Writing is the only thread that I’m hanging onto right now…..I WILL WIN!!!!
HANGING ON TO HOPE
Dear Lord, I feel so lost today
Dealing with this broken vertebra
I’ve spent thirty-five years trying to control my pain
Now this broken bone is driving me insane
I’m usually stronger, but I’m losing my spirit
I can barely move any more and medications won’t clear it
I try everyday, to keep going on
But this broken vertebra wont’ heal and it’s taking so long
I’m back in a world of pain, silence and isolation
Each day I would wake up with gratitude and anticipation
I help so many others get out when they’re stuck
But, this broken bone is leaving me in such a rut
Dear Lord, help me heal, help me hold on to my faith
I fear I’ll return to the previous world that I hate
Where I’ll become an experimental pawn in medical madness
Having this fear, is causing me so much sadness
It’s seems the noose on my neck gets tighter each day
And I feel my motivation, my spirit and my dreams slip away
A prison of pain is all that I’ve known
But I freed myself out before, as I’ve learned and I’ve grown
Dear Lord, I need you now to speak louder and clear
Help me regain my momentum, my excitement, my flair
All the tools and techniques are not making a dent in this pain
And Lord, I fear that this new pain will drive me insane…..
(c) Giggles the Poet
August 17, 2018
I usually don’t talk about my serious problems, but I can’t deny this any more, or pretend that I’m not frightened by what’s been happening in my body since this vertebra broke over six months ago. I keep trying to push past the pain daily, but it comes back like a monster that won’t leave me in peace.

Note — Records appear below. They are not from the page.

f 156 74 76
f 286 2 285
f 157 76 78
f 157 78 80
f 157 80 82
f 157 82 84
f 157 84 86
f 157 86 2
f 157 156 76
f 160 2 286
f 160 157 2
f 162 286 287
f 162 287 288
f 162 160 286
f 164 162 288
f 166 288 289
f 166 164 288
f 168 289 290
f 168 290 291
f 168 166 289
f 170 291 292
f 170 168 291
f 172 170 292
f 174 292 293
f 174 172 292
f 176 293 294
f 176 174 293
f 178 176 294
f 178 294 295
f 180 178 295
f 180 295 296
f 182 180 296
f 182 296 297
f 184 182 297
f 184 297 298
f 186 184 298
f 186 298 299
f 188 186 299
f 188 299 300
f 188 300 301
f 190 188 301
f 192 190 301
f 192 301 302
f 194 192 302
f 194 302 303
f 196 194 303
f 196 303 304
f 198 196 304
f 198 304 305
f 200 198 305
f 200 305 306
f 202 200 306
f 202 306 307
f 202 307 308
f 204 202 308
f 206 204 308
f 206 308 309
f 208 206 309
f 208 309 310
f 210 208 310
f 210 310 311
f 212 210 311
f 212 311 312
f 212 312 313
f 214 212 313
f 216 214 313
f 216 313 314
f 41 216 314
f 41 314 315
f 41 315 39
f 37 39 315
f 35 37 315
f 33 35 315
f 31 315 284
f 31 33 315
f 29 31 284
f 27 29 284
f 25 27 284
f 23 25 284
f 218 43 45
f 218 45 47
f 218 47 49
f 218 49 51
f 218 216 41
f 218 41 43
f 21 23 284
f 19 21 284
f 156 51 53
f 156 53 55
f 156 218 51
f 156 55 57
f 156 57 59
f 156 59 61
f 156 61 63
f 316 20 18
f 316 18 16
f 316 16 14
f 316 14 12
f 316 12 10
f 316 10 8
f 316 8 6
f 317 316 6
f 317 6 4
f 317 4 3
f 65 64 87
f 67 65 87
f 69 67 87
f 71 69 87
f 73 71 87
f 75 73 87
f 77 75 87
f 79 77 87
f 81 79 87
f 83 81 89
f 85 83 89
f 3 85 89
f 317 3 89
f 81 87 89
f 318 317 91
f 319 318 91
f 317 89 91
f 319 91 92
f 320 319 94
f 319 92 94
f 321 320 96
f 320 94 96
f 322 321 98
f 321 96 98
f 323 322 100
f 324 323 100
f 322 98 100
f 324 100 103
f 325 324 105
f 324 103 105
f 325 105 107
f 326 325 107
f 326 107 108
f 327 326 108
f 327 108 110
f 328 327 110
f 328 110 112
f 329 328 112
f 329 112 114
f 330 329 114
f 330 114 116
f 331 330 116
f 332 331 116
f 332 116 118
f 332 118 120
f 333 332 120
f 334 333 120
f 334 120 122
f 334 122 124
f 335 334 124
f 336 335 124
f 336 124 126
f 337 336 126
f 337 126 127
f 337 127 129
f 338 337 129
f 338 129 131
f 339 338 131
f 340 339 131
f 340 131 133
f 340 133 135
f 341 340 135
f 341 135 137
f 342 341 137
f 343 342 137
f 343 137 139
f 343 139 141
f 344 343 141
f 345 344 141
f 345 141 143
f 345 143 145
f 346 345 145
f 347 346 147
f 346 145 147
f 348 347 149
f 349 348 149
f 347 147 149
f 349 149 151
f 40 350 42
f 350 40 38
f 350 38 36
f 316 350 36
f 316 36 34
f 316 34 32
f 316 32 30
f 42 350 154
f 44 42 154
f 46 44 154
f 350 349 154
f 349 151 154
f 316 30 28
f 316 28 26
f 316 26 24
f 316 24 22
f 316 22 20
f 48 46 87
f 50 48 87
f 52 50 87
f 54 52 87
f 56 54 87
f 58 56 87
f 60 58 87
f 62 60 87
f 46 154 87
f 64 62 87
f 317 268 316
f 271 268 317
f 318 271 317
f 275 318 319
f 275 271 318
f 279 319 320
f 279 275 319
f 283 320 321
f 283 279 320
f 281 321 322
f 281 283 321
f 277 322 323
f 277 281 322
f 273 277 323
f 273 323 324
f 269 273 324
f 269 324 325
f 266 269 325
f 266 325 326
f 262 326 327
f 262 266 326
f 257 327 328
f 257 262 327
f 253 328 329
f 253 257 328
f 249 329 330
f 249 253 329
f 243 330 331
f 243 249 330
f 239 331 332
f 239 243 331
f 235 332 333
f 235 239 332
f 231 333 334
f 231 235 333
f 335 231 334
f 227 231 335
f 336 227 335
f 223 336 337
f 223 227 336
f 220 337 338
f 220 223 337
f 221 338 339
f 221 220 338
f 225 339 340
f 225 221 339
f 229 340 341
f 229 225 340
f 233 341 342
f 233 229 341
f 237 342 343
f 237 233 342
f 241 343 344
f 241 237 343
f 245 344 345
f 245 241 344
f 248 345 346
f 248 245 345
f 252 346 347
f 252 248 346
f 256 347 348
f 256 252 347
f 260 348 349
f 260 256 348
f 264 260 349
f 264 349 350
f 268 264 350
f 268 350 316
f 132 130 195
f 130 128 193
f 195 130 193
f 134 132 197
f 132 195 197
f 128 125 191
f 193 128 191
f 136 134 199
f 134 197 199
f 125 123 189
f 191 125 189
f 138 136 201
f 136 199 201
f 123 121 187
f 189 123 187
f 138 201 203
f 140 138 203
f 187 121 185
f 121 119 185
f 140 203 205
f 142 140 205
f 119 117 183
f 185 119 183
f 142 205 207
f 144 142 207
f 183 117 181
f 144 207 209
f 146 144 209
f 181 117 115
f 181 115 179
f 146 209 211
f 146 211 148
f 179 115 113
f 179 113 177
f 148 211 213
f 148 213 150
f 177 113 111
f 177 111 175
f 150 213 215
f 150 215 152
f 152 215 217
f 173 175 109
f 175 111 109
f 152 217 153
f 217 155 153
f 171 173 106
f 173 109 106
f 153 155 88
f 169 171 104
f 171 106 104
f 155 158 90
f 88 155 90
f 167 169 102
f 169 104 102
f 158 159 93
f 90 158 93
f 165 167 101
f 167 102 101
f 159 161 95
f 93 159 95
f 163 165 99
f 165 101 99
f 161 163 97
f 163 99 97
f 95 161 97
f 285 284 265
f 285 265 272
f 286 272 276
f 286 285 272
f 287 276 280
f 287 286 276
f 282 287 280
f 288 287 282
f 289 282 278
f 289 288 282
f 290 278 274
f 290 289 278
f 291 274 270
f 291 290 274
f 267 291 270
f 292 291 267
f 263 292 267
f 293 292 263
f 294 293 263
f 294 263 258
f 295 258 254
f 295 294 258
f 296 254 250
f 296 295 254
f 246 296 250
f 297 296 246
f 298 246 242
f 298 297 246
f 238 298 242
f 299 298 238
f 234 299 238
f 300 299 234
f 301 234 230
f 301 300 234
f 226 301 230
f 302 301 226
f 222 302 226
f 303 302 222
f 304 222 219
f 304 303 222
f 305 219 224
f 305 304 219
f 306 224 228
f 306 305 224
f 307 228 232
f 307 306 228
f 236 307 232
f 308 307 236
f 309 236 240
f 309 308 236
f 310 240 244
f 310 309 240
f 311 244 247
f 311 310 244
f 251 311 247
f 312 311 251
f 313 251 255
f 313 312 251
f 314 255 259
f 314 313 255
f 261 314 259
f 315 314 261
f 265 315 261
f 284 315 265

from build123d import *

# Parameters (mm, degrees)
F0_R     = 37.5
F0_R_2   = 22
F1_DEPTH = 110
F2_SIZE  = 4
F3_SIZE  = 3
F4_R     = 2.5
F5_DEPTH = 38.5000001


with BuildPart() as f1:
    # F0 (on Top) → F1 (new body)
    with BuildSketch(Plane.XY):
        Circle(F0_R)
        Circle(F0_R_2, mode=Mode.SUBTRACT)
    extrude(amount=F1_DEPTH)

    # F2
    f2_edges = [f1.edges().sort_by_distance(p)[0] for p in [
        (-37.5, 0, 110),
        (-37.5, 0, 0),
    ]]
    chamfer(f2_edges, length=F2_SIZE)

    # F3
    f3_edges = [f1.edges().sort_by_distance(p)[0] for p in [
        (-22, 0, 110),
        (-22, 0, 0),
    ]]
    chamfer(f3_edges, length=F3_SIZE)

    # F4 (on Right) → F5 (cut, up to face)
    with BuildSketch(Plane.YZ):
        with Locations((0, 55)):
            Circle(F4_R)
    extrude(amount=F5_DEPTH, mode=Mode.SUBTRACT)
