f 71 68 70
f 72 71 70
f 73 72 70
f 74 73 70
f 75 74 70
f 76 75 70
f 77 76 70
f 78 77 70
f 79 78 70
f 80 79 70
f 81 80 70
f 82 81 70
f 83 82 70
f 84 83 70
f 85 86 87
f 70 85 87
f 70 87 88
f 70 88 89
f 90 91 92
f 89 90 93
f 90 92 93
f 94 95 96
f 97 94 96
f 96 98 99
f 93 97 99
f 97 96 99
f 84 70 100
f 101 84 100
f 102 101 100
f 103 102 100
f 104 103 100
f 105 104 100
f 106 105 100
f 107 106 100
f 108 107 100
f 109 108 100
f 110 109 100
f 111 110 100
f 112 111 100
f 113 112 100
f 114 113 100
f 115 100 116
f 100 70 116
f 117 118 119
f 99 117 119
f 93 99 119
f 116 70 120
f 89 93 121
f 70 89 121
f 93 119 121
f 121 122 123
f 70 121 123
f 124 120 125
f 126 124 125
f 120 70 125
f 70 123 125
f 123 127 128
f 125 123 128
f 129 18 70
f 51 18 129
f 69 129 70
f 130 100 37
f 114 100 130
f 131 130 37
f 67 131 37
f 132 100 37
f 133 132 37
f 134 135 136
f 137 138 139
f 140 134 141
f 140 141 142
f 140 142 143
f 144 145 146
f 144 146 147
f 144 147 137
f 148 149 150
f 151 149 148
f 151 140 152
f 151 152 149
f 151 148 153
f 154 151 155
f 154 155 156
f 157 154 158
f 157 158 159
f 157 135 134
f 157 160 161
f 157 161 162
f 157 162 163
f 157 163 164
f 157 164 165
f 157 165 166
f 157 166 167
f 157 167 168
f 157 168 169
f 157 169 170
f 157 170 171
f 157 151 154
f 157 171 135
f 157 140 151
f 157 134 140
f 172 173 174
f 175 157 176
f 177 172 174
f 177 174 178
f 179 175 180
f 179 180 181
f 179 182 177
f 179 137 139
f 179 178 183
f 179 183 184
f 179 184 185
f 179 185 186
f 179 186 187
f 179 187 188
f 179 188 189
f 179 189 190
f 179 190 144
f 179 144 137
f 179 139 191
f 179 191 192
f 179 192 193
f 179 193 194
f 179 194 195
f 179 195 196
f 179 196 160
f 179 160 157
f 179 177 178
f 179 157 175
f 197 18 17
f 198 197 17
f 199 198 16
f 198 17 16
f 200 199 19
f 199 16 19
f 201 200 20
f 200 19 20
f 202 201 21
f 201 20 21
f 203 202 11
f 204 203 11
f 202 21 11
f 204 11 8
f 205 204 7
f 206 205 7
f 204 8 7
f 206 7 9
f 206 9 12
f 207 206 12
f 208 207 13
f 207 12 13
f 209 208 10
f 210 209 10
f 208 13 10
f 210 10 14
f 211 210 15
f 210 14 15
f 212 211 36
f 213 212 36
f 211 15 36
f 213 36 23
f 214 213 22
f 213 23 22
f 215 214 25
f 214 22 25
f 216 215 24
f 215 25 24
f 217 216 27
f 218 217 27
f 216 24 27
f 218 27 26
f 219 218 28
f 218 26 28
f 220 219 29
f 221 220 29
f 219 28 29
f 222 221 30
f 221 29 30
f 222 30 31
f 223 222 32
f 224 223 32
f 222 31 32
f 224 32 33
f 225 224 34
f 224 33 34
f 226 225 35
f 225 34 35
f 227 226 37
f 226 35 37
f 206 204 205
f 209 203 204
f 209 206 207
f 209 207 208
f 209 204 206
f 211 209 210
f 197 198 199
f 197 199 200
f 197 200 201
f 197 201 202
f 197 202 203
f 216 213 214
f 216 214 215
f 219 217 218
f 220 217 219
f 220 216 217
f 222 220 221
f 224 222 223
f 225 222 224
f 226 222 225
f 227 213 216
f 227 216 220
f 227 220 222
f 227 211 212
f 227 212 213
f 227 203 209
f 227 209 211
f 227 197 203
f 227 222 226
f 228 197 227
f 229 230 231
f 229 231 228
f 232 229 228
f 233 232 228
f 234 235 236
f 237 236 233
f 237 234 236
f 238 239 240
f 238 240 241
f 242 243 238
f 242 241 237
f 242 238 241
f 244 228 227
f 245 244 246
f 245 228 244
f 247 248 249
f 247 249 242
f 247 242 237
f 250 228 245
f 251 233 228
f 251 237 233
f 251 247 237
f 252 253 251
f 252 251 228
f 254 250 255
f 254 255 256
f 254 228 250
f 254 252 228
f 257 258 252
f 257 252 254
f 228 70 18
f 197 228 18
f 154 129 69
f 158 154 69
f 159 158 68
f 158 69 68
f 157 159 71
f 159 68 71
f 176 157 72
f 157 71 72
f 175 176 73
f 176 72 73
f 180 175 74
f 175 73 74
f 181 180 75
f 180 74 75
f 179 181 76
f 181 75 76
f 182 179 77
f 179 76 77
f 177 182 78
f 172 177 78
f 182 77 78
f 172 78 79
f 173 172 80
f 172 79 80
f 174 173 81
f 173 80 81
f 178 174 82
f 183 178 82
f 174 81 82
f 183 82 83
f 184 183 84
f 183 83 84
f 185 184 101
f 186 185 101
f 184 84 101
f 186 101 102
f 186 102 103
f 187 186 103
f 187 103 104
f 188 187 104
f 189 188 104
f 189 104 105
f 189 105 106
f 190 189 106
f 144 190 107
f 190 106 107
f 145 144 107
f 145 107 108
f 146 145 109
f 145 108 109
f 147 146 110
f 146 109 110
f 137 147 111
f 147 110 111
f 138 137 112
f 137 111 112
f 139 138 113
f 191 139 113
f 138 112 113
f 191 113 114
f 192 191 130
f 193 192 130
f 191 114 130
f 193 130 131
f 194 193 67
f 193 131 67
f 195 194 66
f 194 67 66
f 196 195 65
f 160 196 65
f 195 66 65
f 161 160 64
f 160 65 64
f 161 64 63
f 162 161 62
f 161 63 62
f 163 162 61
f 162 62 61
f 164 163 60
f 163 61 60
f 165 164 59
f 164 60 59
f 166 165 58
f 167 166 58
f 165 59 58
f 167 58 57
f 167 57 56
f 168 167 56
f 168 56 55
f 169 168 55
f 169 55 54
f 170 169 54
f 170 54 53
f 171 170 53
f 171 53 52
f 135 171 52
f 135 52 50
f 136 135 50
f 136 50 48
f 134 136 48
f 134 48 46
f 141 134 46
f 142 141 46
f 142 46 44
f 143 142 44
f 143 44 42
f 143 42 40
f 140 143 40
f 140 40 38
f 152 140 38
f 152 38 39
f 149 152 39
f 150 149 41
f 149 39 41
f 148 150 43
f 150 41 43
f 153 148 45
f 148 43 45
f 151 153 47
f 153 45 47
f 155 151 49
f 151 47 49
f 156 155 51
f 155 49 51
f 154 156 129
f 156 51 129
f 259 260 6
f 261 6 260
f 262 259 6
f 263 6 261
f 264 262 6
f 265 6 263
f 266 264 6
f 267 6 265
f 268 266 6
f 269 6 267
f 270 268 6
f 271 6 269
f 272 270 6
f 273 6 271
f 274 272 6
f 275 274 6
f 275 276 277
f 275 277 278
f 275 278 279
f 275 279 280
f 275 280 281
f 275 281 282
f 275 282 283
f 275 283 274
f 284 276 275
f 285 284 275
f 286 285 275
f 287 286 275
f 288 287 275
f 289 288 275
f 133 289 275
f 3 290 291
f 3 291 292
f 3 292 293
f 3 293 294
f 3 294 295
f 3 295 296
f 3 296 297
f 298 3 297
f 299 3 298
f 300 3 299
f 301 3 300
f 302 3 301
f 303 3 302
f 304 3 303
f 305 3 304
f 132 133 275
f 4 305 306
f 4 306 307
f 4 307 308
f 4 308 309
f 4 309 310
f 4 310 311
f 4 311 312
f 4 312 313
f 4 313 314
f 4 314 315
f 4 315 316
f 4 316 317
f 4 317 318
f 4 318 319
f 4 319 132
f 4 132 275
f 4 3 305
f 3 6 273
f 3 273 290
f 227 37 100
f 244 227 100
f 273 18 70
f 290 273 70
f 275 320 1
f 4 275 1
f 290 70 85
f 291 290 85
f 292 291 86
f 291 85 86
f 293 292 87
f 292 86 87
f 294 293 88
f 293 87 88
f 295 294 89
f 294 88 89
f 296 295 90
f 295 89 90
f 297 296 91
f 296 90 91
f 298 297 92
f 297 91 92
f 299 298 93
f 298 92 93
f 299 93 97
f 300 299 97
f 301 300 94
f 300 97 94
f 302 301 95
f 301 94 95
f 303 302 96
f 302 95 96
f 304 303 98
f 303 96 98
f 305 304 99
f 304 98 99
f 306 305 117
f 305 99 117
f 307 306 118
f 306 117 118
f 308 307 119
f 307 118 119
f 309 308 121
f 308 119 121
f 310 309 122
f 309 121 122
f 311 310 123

It’s taken me thirty-five years to learn how to control the nerve damage, “complex regional pain syndrome” after I was misdiagnosed in 1985. And I was on top, on my game, and so proud that I found a way to conquer the daily nerve pain, Fibromyalgia and destruction that was caused by a broken rib everyone misdiagnosed as “rhomboid muscle strain, or PSTD.”
A broken bone is far different than muscle problems…..and now, I’m back to where I fought so hard to get out of “MEDICAL MADNESS” isolation and silence….Lord, help me out again……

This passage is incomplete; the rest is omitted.